Patience, time will tell as Ron indicated.


----------



## Heather (Feb 9, 2008)

Hmm, Glen told me that only one has had four flowers but I am not remembering which one he said it, was at the moment. If I think of it tomorrow I will find out. I want to say it was an Alfred Manrique, but I'm not certain. 

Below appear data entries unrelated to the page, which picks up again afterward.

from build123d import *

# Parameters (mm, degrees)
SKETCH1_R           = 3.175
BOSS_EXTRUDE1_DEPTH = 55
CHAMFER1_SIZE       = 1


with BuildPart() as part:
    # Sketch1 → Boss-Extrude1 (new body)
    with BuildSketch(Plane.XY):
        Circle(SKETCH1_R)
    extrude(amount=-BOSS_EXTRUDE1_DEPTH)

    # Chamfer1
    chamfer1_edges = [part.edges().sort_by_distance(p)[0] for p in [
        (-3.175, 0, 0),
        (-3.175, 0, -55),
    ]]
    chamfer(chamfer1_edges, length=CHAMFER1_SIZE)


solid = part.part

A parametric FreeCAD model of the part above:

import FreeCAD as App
import Part
import Sketcher
Q = App.Units.Quantity


def edges_at(feature, points):
    """Names of the edges that pass closest to the given points."""
    edges = feature.Shape.Edges
    near = lambda p: min(range(len(edges)), key=lambda i: edges[i].distToShape(Part.Vertex(*p))[0])
    return sorted({f"Edge{near(p) + 1}" for p in points})

doc = App.newDocument("Part")
body = doc.addObject("PartDesign::Body", "Body")

sketch1 = body.newObject("Sketcher::SketchObject", "Sketch")
sketch1.AttachmentSupport = (doc.getObject("XY_Plane"), [""])
sketch1.MapMode = "FlatFace"
sketch1.addGeometry(Part.Circle(App.Vector(0, 0, 0), App.Vector(0, 0, 1), 3.175), False)
sketch1.addConstraint([
    Sketcher.Constraint("Coincident", 0, 3, -1, 1),
    Sketcher.Constraint("Diameter", 0, Q("6.35 mm")),
])
pad1 = body.newObject("PartDesign::Pad", "Pad")
pad1.Profile = sketch1
pad1.Length = 55
pad1.Reversed = True
doc.recompute()

chamfer = body.newObject("PartDesign::Chamfer", "Chamfer")
chamfer.Base = (pad1, edges_at(pad1, [(-3.175, 0, 0), (-3.175, 0, -55)]))
chamfer.Size = 1

doc.recompute()
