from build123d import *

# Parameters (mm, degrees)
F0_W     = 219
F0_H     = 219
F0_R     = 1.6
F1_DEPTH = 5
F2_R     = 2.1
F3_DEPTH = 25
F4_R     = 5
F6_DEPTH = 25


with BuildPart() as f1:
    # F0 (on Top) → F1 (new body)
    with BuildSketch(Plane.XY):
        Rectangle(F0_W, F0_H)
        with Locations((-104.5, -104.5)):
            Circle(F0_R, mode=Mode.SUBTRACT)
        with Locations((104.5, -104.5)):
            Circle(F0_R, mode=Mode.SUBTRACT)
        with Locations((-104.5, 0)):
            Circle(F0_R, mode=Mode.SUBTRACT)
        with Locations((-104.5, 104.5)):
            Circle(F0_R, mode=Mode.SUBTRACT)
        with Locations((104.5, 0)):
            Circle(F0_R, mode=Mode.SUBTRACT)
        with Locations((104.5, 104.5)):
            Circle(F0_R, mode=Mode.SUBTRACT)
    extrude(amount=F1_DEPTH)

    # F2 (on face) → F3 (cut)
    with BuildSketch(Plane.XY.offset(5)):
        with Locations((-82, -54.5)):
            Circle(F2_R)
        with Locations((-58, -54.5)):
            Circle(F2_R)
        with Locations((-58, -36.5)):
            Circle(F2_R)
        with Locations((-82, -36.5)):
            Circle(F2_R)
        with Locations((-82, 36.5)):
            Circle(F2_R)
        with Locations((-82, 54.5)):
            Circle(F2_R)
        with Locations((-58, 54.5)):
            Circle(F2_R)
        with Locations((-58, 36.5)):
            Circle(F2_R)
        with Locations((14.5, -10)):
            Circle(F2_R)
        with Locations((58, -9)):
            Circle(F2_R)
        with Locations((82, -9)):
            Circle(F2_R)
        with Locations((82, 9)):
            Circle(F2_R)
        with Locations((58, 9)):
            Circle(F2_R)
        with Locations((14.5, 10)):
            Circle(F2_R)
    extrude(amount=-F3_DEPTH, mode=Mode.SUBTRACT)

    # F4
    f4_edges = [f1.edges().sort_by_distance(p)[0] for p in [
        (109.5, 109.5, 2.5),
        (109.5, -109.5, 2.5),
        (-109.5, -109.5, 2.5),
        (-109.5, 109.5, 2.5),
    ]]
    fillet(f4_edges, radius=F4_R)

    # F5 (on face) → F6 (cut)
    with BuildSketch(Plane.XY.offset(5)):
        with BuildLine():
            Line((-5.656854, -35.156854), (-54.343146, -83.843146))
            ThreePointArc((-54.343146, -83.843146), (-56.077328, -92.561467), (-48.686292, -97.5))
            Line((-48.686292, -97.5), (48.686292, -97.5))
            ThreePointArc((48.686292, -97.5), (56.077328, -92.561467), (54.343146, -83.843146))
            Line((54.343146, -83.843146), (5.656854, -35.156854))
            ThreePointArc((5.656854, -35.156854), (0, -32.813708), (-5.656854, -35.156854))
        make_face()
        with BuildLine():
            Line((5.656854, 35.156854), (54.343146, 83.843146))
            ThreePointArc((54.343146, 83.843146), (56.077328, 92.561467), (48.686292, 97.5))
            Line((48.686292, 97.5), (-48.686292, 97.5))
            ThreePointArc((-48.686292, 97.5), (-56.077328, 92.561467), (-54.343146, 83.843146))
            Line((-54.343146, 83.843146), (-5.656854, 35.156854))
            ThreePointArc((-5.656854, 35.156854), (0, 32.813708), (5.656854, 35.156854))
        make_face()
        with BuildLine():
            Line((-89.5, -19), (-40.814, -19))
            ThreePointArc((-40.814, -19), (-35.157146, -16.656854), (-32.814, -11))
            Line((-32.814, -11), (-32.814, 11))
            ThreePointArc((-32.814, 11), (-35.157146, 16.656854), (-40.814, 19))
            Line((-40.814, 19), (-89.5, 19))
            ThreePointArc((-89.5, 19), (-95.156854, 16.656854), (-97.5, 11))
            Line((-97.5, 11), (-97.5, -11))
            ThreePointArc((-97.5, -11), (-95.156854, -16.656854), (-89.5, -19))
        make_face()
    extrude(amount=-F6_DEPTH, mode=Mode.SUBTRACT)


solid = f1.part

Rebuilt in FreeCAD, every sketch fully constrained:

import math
import FreeCAD as App
import Part
import Sketcher

V = App.Vector


def edges_at(feature, points):
    """Names of the edges that pass closest to the given points."""
    edges = feature.Shape.Edges
    near = lambda p: min(range(len(edges)), key=lambda i: edges[i].distToShape(Part.Vertex(*p))[0])
    return sorted({f"Edge{near(p) + 1}" for p in points})


def add_polygon(sketch, points):
    """Adds a closed chain of lines whose ends are joined by coincident constraints."""
    first, n = sketch.GeometryCount, len(points)
    for a, b in zip(points, points[1:] + points[:1]):
        sketch.addGeometry(Part.LineSegment(App.Vector(*a, 0), App.Vector(*b, 0)), False)
    for i in range(n):
        sketch.addConstraint(Sketcher.Constraint("Coincident", first + i, 2, first + (i + 1) % n, 1))

doc = App.newDocument("Part")
body = doc.addObject("PartDesign::Body", "Body")

# Sketch on XY plane
sketch1 = doc.addObject("Sketcher::SketchObject", "Sketch")
body.addObject(sketch1)
sketch1.AttachmentSupport = (doc.XY_Plane, [""])
sketch1.MapMode = "FlatFace"
add_polygon(sketch1, [(-109.5, 109.5), (-109.5, -109.5), (109.5, -109.5), (109.5, 109.5)])  # lines 0-3
sketch1.addGeometry(Part.Circle(V(-104.5, -104.5, 0), V(0, 0, 1), 1.6), False)  # 4
sketch1.addGeometry(Part.Circle(V(104.5, -104.5, 0), V(0, 0, 1), 1.6), False)  # 5
sketch1.addGeometry(Part.Circle(V(-104.5, 0, 0), V(0, 0, 1), 1.6), False)  # 6
sketch1.addGeometry(Part.Circle(V(-104.5, 104.5, 0), V(0, 0, 1), 1.6), False)  # 7
sketch1.addGeometry(Part.Circle(V(104.5, 0, 0), V(0, 0, 1), 1.6), False)  # 8
sketch1.addGeometry(Part.Circle(V(104.5, 104.5, 0), V(0, 0, 1), 1.6), False)  # 9
sketch1.addConstraint([
    Sketcher.Constraint("Vertical", 0),
    Sketcher.Constraint("Horizontal", 1),
    Sketcher.Constraint("Vertical", 2),
    Sketcher.Constraint("Horizontal", 3),
    Sketcher.Constraint("Equal", 4, 5),
    Sketcher.Constraint("Equal", 5, 6),
    Sketcher.Constraint("Equal", 6, 7),
    Sketcher.Constraint("Equal", 7, 8),
    Sketcher.Constraint("Equal", 8, 9),
    Sketcher.Constraint("Symmetric", 5, 3, 7, 3, -1, 1),
    Sketcher.Constraint("Symmetric", 6, 3, 8, 3, -1, 1),
    Sketcher.Constraint("Symmetric", 4, 3, 9, 3, -1, 1),
    Sketcher.Constraint("Symmetric", 0, 2, 2, 2, -1, 1),
    Sketcher.Constraint("Symmetric", 4, 3, 5, 3, -2),
    Sketcher.Constraint("PointOnObject", 6, 3, -1),
    Sketcher.Constraint("Vertical", 4, 3, 6, 3),
    Sketcher.Constraint("Equal", 3, 0),
    Sketcher.Constraint("Diameter", 4, 3.2),
    Sketcher.Constraint("DistanceX", 1, 1, 1, 2, 219.0),
    Sketcher.Constraint("DistanceX", 4, 3, 5, 3, 209.0),
    Sketcher.Constraint("DistanceY", 4, 3, 7, 3, 209.0),
])
pad1 = doc.addObject("PartDesign::Pad", "Pad")
body.addObject(pad1)
pad1.Profile = sketch1
pad1.Length = 5

# Sketch on XY plane
sketch2 = doc.addObject("Sketcher::SketchObject", "Sketch001")
body.addObject(sketch2)
sketch2.AttachmentSupport = (doc.XY_Plane, [""])
sketch2.MapMode = "FlatFace"
sketch2.AttachmentOffset = App.Placement(V(0, 0, 5), App.Rotation())
sketch2.addGeometry([
    Part.Circle(V(-82, -54.5, 0), V(0, 0, 1), 2.1),  # 0
    Part.Circle(V(-58, -54.5, 0), V(0, 0, 1), 2.1),  # 1
    Part.Circle(V(-58, -36.5, 0), V(0, 0, 1), 2.1),  # 2
    Part.Circle(V(-82, -36.5, 0), V(0, 0, 1), 2.1),  # 3
    Part.Circle(V(-82, 36.5, 0), V(0, 0, 1), 2.1),  # 4
    Part.Circle(V(-82, 54.5, 0), V(0, 0, 1), 2.1),  # 5
    Part.Circle(V(-58, 54.5, 0), V(0, 0, 1), 2.1),  # 6
    Part.Circle(V(-58, 36.5, 0), V(0, 0, 1), 2.1),  # 7
    Part.Circle(V(14.5, -10, 0), V(0, 0, 1), 2.1),  # 8
    Part.Circle(V(58, -9, 0), V(0, 0, 1), 2.1),  # 9
    Part.Circle(V(82, -9, 0), V(0, 0, 1), 2.1),  # 10
    Part.Circle(V(82, 9, 0), V(0, 0, 1), 2.1),  # 11
    Part.Circle(V(58, 9, 0), V(0, 0, 1), 2.1),  # 12
    Part.Circle(V(14.5, 10, 0), V(0, 0, 1), 2.1),  # 13
], False)
sketch2.addConstraint([
    Sketcher.Constraint("Equal", 0, 1),
    Sketcher.Constraint("Equal", 1, 2),
    Sketcher.Constraint("Equal", 2, 3),
    Sketcher.Constraint("Equal", 3, 4),
    Sketcher.Constraint("Equal", 4, 5),
    Sketcher.Constraint("Equal", 5, 6),
    Sketcher.Constraint("Equal", 6, 7),
    Sketcher.Constraint("Equal", 7, 8),
    Sketcher.Constraint("Equal", 8, 9),
    Sketcher.Constraint("Equal", 9, 10),
    Sketcher.Constraint("Equal", 10, 11),
    Sketcher.Constraint("Equal", 11, 12),
    Sketcher.Constraint("Equal", 12, 13),
    Sketcher.Constraint("Symmetric", 3, 3, 4, 3, -1),
    Sketcher.Constraint("Symmetric", 0, 3, 5, 3, -1),
    Sketcher.Constraint("Symmetric", 1, 3, 6, 3, -1),
    Sketcher.Constraint("Symmetric", 2, 3, 7, 3, -1),
    Sketcher.Constraint("Symmetric", 10, 3, 11, 3, -1),
    Sketcher.Constraint("Symmetric", 9, 3, 12, 3, -1),
    Sketcher.Constraint("Symmetric", 8, 3, 13, 3, -1),
    Sketcher.Constraint("Horizontal", 0, 3, 1, 3),
    Sketcher.Constraint("Horizontal", 2, 3, 3, 3),
    Sketcher.Constraint("Horizontal", 9, 3, 10, 3),
    Sketcher.Constraint("Vertical", 1, 3, 2, 3),
    Sketcher.Constraint("Vertical", 0, 3, 3, 3),
    Sketcher.Constraint("Diameter", 0, 4.2),
    Sketcher.Constraint("DistanceX", 0, 3, -1, 1, 82.0),
    Sketcher.Constraint("DistanceX", 1, 3, -1, 1, 58.0),
    Sketcher.Constraint("DistanceY", 8, 3, -1, 1, 10.0),
    Sketcher.Constraint("DistanceX", -1, 1, 9, 3, 58.0),
    Sketcher.Constraint("DistanceY", 9, 3, -1, 1, 9.0),
    Sketcher.Constraint("DistanceX", -1, 1, 10, 3, 82.0),
    Sketcher.Constraint("DistanceY", 1, 3, 2, 3, 18.0),
    Sketcher.Constraint("DistanceY", 3, 3, 4, 3, 73.0),
    Sketcher.Constraint("DistanceX", -1, 1, 8, 3, 14.5),
])
pocket1 = doc.addObject("PartDesign::Pocket", "Pocket")
body.addObject(pocket1)
pocket1.Profile = sketch2
pocket1.Length = 25
doc.recompute()

fillet = doc.addObject("PartDesign::Fillet", "Fillet")
body.addObject(fillet)
fillet.Base = (pocket1, edges_at(pocket1, [
    (109.5, 109.5, 2.5),
    (109.5, -109.5, 2.5),
    (-109.5, -109.5, 2.5),
    (-109.5, 109.5, 2.5),
]))
fillet.Radius = 5

# Sketch on XY plane
sketch3 = doc.addObject("Sketcher::SketchObject", "Sketch002")
body.addObject(sketch3)
sketch3.AttachmentSupport = (doc.XY_Plane, [""])
sketch3.MapMode = "FlatFace"
sketch3.AttachmentOffset = App.Placement(V(0, 0, 5), App.Rotation())
sketch3.addGeometry([
    Part.LineSegment(V(-5.656854, -35.156854, 0), V(-54.343146, -83.843146, 0)),  # 0
    Part.ArcOfCircle(Part.Circle(V(-48.686292, -89.5, 0), V(0, 0, 1), 8), math.radians(135.000002), math.radians(269.999997)),  # 1
    Part.LineSegment(V(-48.686292, -97.5, 0), V(48.686292, -97.5, 0)),  # 2
    Part.ArcOfCircle(Part.Circle(V(48.686292, -89.5, 0), V(0, 0, 1), 8), math.radians(-89.999997), math.radians(44.999998)),  # 3
    Part.LineSegment(V(54.343146, -83.843146, 0), V(5.656854, -35.156854, 0)),  # 4
    Part.ArcOfCircle(Part.Circle(V(0, -40.813707, 0), V(0, 0, 1), 7.999999), math.radians(44.999994), math.radians(135.000006)),  # 5
    Part.LineSegment(V(5.656854, 35.156854, 0), V(54.343146, 83.843146, 0)),  # 6
    Part.ArcOfCircle(Part.Circle(V(48.686292, 89.5, 0), V(0, 0, 1), 8), math.radians(-44.999998), math.radians(89.999997)),  # 7
    Part.LineSegment(V(48.686292, 97.5, 0), V(-48.686292, 97.5, 0)),  # 8
    Part.ArcOfCircle(Part.Circle(V(-48.686292, 89.5, 0), V(0, 0, 1), 8), math.radians(90.000003), math.radians(224.999998)),  # 9
    Part.LineSegment(V(-54.343146, 83.843146, 0), V(-5.656854, 35.156854, 0)),  # 10
    Part.ArcOfCircle(Part.Circle(V(0, 40.813707, 0), V(0, 0, 1), 7.999999), math.radians(-135.000006), math.radians(-44.999994)),  # 11
    Part.LineSegment(V(-89.5, -19, 0), V(-40.814, -19, 0)),  # 12
    Part.ArcOfCircle(Part.Circle(V(-40.814001, -10.999999, 0), V(0, 0, 1), 8.000001), math.radians(-89.999994), math.radians(-0.000006)),  # 13
    Part.LineSegment(V(-32.814, -11, 0), V(-32.814, 11, 0)),  # 14
    Part.ArcOfCircle(Part.Circle(V(-40.814001, 10.999999, 0), V(0, 0, 1), 8.000001), math.radians(0.000006), math.radians(89.999994)),  # 15
    Part.LineSegment(V(-40.814, 19, 0), V(-89.5, 19, 0)),  # 16
    Part.ArcOfCircle(Part.Circle(V(-89.499999, 10.999999, 0), V(0, 0, 1), 8.000001), math.radians(90.000006), math.radians(179.999994)),  # 17
    Part.LineSegment(V(-97.5, 11, 0), V(-97.5, -11, 0)),  # 18
    Part.ArcOfCircle(Part.Circle(V(-89.499999, -10.999999, 0), V(0, 0, 1), 8.000001), math.radians(-179.999994), math.radians(-90.000006)),  # 19
], False)
sketch3.addConstraint([
    Sketcher.Constraint("Tangent", 0, 2, 1, 1),
    Sketcher.Constraint("Tangent", 1, 2, 2, 1),
    Sketcher.Constraint("Tangent", 2, 2, 3, 1),
    Sketcher.Constraint("Tangent", 3, 2, 4, 1),
    Sketcher.Constraint("Tangent", 4, 2, 5, 1),
    Sketcher.Constraint("Tangent", 5, 2, 0, 1),
    Sketcher.Constraint("Tangent", 6, 2, 7, 1),
    Sketcher.Constraint("Tangent", 7, 2, 8, 1),
    Sketcher.Constraint("Tangent", 8, 2, 9, 1),
    Sketcher.Constraint("Tangent", 9, 2, 10, 1),
    Sketcher.Constraint("Tangent", 10, 2, 11, 1),
    Sketcher.Constraint("Tangent", 11, 2, 6, 1),
    Sketcher.Constraint("Tangent", 12, 2, 13, 1),
    Sketcher.Constraint("Tangent", 13, 2, 14, 1),
    Sketcher.Constraint("Tangent", 14, 2, 15, 1),
    Sketcher.Constraint("Tangent", 15, 2, 16, 1),
    Sketcher.Constraint("Tangent", 16, 2, 17, 1),
    Sketcher.Constraint("Tangent", 17, 2, 18, 1),
    Sketcher.Constraint("Tangent", 18, 2, 19, 1),
    Sketcher.Constraint("Tangent", 19, 2, 12, 1),
    Sketcher.Constraint("Horizontal", 2),
    Sketcher.Constraint("Horizontal", 8),
    Sketcher.Constraint("Horizontal", 12),
    Sketcher.Constraint("Vertical", 14),
    Sketcher.Constraint("Horizontal", 16),
    Sketcher.Constraint("Vertical", 18),
    Sketcher.Constraint("Equal", 1, 3),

One or two are the norm right now.


----------



## littlefrog (Feb 9, 2008)

I've only bloomed one, but it had two flowers and no desire to throw a third. I'll reserve judgment until the next blooming, but I suspect they are never going to carry a lot of flowers.


----------



## NYEric (Feb 10, 2008)

Sometimes size matters not quantity! :evil:


----------



## rdlsreno (Feb 10, 2008)

NYEric said:


> Sometimes size matters not quantity! :evil:



Eric!!!!:rollhappy::rollhappy::rollhappy:

Ramon


----------



## goldenrose (Feb 10, 2008)

Yep - Ramon - That's our boy Eric! :rollhappy::rollhappy:
What would this forum be like without him?! Look at how much we oke: at his photography skills!


----------



## ohio-guy (Feb 10, 2008)

there are always future generations to breed more floriferousness (sp?) into the progeny


----------



## Heather (Feb 10, 2008)

It was the Alfredo Manrique that had 4 flowers. If anyone has Glen Decker's most recent catalog it is pictured on the cover in the lower left hand corner.


----------



## John D. (Feb 10, 2008)

In his presentation at the WOC Phragmipedium kovachii: Beyond the Discovery, Alfredo Manrique said that with good culture (see Glen Deckers website) that the larger plants and the divisions are getting three blooms per spike. He said this is why they are able to make so many hybrids so fast. I didn't think to ask about timing (sequential??).


----------



## isaias m rolando (Mar 11, 2008)

And Do Not Forget In The Habitat There Are Plants With 5-7 Flowers Seats Single Stems. Reports On Branching Kovachii?? Yes, Also There Are Some Branching Stems For Varieties Of Pk...


----------



## Hien (Mar 11, 2008)

isaias m rolando said:


> And Do Not Forget In The Habitat There Are Plants With 5-7 Flowers Seats Single Stems. Reports On Branching Kovachii?? Yes, Also There Are Some Branching Stems For Varieties Of Pk...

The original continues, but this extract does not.